Ed ecco la versione creativa, un latkes-waffle al profumo di aglietto primaverile con uovo strapazzato e salsa agrodolce ai peperoni per una robusta colazione 




TORTILLA GIRAMONDO

I Latkes- Waffles
(liberamente tratto da Jerusalem, Y.Ottolenghi e S.Tamimi, ed. Bompiani)
Per 6 pezzi (6 porzioni)

600 g di patate a pasta gialla sbucciate e grattugiate
300 g di carote pelate e grattugiate
50 g di aglietti selvatici tagliuzzati (parte erbacea e fiori)
2 cucchiaini di curcuma
2 uova
1 cucchiaio di olio
2 cucchiai di farina di riso
Sale e pepe
Poco olio per la piastra
Sciacquate le patate e strizzatele bene in un canovaccio per asciugarle il più possibile.
Mescolatele con carote, aglietti, uova, farina di riso, curcuma, sale e pepe e il cucchiaio di olio
Scaldate bene la piastra per i waffle poi ungetela leggermente, stendete un sesto dell’impasto (circa 2 cucchiai) per ogni waffle e fate cuocere 8 minuti, finchè saranno ben croccanti e dorati. Tenete in caldo.

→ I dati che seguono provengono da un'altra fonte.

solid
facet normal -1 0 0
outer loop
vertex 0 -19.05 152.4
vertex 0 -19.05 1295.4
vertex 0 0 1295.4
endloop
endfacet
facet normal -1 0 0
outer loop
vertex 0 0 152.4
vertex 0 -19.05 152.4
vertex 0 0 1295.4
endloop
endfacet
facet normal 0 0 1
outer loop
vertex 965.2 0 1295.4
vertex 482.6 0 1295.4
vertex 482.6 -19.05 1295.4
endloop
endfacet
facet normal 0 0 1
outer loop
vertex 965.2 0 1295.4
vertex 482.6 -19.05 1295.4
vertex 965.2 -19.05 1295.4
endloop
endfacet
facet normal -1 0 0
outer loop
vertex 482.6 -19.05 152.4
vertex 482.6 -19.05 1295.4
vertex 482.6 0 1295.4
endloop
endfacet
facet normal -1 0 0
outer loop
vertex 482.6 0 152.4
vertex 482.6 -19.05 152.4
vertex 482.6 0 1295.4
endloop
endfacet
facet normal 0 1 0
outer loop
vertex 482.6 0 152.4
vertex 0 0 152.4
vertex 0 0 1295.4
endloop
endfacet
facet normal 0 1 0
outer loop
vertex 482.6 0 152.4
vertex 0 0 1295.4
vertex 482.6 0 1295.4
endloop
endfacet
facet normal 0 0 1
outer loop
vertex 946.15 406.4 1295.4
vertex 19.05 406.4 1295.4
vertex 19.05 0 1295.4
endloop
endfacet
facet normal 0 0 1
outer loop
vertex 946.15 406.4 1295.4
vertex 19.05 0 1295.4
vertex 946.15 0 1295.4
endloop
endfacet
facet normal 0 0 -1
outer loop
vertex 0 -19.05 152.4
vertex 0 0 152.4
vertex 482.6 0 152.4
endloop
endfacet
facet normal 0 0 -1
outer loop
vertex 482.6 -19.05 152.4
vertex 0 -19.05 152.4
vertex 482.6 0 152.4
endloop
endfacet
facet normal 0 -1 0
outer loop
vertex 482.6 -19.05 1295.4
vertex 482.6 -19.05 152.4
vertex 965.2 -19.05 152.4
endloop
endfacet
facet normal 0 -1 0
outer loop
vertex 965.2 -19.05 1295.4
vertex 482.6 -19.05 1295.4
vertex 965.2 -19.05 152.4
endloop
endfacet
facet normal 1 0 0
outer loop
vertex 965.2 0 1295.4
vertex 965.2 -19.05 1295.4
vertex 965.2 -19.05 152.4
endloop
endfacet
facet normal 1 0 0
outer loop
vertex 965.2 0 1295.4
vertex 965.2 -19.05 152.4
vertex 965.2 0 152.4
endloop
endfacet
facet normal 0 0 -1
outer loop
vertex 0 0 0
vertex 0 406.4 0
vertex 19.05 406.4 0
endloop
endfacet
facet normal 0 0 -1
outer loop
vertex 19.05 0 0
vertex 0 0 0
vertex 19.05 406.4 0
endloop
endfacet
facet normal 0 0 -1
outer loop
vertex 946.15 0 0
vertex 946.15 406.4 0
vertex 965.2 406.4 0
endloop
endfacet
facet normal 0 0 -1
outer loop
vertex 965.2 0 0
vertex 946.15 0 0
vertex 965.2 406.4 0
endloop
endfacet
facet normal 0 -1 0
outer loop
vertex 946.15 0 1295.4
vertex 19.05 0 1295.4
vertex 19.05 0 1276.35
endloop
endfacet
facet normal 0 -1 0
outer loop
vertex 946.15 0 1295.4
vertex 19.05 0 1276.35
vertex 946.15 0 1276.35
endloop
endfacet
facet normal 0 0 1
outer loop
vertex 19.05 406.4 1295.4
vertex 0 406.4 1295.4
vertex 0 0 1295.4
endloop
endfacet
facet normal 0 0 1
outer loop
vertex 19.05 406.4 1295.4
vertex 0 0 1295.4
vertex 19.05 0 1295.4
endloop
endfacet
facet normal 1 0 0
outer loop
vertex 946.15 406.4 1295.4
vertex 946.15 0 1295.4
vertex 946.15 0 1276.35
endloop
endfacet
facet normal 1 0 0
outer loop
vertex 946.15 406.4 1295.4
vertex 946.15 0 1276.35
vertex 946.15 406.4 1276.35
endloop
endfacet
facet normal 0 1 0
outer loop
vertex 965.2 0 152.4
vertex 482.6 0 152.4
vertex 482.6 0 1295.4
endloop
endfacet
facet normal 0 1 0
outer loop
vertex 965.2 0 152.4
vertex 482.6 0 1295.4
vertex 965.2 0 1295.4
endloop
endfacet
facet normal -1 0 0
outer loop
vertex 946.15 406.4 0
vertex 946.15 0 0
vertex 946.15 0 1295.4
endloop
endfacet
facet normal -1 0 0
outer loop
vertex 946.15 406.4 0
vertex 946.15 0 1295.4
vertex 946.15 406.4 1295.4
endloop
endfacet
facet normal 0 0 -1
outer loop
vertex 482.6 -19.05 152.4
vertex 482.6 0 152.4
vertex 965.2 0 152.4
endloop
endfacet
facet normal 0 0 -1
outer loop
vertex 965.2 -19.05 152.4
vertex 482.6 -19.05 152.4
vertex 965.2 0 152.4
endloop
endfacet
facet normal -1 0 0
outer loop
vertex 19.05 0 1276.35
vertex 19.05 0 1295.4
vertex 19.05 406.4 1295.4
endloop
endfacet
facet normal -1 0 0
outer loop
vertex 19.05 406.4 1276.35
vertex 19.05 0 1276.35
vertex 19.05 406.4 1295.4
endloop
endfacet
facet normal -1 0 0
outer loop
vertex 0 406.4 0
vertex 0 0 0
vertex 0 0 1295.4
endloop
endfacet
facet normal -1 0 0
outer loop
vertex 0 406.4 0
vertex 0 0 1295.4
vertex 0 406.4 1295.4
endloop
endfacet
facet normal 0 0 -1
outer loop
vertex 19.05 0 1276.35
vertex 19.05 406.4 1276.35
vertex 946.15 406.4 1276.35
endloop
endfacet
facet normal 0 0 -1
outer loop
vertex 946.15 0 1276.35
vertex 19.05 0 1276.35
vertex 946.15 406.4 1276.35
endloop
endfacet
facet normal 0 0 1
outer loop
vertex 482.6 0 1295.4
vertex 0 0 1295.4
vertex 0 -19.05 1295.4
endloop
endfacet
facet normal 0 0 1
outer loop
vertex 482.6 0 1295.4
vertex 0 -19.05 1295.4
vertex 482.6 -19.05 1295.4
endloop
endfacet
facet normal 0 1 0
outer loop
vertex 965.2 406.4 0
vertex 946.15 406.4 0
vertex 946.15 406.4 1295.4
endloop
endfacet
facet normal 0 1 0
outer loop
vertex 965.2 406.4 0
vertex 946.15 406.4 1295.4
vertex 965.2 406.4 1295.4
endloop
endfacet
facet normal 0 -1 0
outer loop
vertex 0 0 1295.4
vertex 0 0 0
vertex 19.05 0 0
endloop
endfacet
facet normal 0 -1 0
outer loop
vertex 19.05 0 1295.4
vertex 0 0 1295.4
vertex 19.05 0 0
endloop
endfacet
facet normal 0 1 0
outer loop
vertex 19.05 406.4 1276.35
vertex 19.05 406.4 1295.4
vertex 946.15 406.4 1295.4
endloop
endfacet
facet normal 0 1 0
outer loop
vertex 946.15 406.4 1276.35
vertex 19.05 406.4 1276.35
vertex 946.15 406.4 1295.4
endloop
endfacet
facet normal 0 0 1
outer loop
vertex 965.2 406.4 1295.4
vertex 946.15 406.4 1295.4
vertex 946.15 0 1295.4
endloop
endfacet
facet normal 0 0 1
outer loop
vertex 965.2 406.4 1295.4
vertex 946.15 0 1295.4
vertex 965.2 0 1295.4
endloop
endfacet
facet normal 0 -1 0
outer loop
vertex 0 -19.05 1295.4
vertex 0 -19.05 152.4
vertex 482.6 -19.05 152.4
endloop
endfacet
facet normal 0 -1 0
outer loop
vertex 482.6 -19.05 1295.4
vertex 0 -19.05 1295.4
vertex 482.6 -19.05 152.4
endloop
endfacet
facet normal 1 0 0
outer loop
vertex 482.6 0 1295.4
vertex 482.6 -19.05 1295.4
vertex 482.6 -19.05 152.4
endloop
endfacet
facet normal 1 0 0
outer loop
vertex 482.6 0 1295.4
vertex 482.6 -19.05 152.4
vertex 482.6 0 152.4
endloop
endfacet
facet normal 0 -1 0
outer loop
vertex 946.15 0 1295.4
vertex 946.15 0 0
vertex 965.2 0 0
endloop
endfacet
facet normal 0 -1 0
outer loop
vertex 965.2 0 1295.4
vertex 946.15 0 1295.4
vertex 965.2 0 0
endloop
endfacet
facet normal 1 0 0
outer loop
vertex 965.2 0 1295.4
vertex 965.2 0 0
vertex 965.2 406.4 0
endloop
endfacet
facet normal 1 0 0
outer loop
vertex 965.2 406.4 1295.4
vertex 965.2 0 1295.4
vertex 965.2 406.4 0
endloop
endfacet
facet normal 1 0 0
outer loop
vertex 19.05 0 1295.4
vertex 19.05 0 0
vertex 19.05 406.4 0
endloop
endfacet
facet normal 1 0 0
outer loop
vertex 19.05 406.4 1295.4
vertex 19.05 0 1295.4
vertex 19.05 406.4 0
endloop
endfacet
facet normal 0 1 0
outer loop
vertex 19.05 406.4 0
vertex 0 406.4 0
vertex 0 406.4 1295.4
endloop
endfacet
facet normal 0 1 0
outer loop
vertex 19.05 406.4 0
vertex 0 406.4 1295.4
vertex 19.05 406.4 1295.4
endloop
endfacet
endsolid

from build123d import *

# Parameters (mm, degrees)
F0_W      = 19.05
F0_H      = 406.4
F3_DEPTH  = 1295.4
F5_W      = 19.05
F5_H      = 406.4
F6_DEPTH  = 1295.4
F7_W      = 927.1
F7_H      = 406.4
F8_DEPTH  = 19.05
F9_W      = 482.6
F9_H      = 19.05
F10_DEPTH = 1143
F11_DEPTH = 1143


with BuildPart() as f3:
    # F0 (on Top) → F3 (new body)
    with BuildSketch(Plane.XY):
        with Locations((9.525, 203.2)):
            Rectangle(F0_W, F0_H)
    extrude(amount=F3_DEPTH)


with BuildPart() as f6:
    # F5 (on Top) → F6 (new body)
    with BuildSketch(Plane.XY):
        with Locations((955.675, 203.2)):
            Rectangle(F5_W, F5_H)
    extrude(amount=F6_DEPTH)


with BuildPart() as f8:
    # F7 (on offset) → F8 (new body)
    with BuildSketch(Plane.XY.offset(1295.4)):
        with Locations((482.6, 203.2)):
            Rectangle(F7_W, F7_H)
    extrude(amount=-F8_DEPTH)


with BuildPart() as f10:
    # F9 (on offset) → F10 (new body)
    with BuildSketch(Plane.XY.offset(152.4)):
        with Locations((241.3, -9.525)):
            Rectangle(F9_W, F9_H)
    extrude(amount=F10_DEPTH)


with BuildPart() as f11:
    # F9 (on offset) → F11 (new body)
    with BuildSketch(Plane.XY.offset(152.4)):
        with Locations((723.9, -9.525)):
            Rectangle(F9_W, F9_H)
    extrude(amount=F11_DEPTH)


solid = Compound([f3.part, f6.part, f8.part, f10.part, f11.part])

Salsa agrodolce ai peperoni
400 g di passata di pomodoro
4-6 ciuffi di aglietto selvatico tritati
2 cucchiai colmi di filetti di peperone in agrodolce tritati
2 cucchiai di olio extravergine di oliva
1 cucchiaino di zucchero
1 cucchiaino di pasta di peperoncino (se piace piccante)
Sale
50 g di panna acida
Scaldate l’olio in una casseruolina, aggiungete il trito di aglietti e peperone, lasciate soffriggere un momento, poi aggiungete il pomodoro, lo zucchero, la pasta di peperoncino, regolate il sale, coprite e lasciate restringere la salsa a fuoco dolce. Fate raffreddare e aggiungete la panna acida amalgamando bene.


Le uova strapazzate
8 uova
100 g di panna da montare, non montata
Sale
Pepe
1 noce di burro per cuocere
Sbattete le uova con la panna e il sale. Scaldate il burro in padella, versate il composto di uova e fatelo rapprendere mescolando sempre con una spatola in modo che l’uovo si rapprenda uniformemente. Non fate cuocere eccessivamente, deve restare morbido e cremoso.




Composizione del piatto
Disponete su ogni piatto un latkes-waffle caldo, copritelo con una porzione di uovo bollente, aggiungete un generoso cucchiaio di salsa agrodolce, decorate con qualche fiorellino di aglietto e servite immediatamente.
Ideale accompagnarlo con un fresco frullato detox come QUESTI . Se non mi fossi completamente dimenticata avrei accompagnato tutto con il frullato al mango.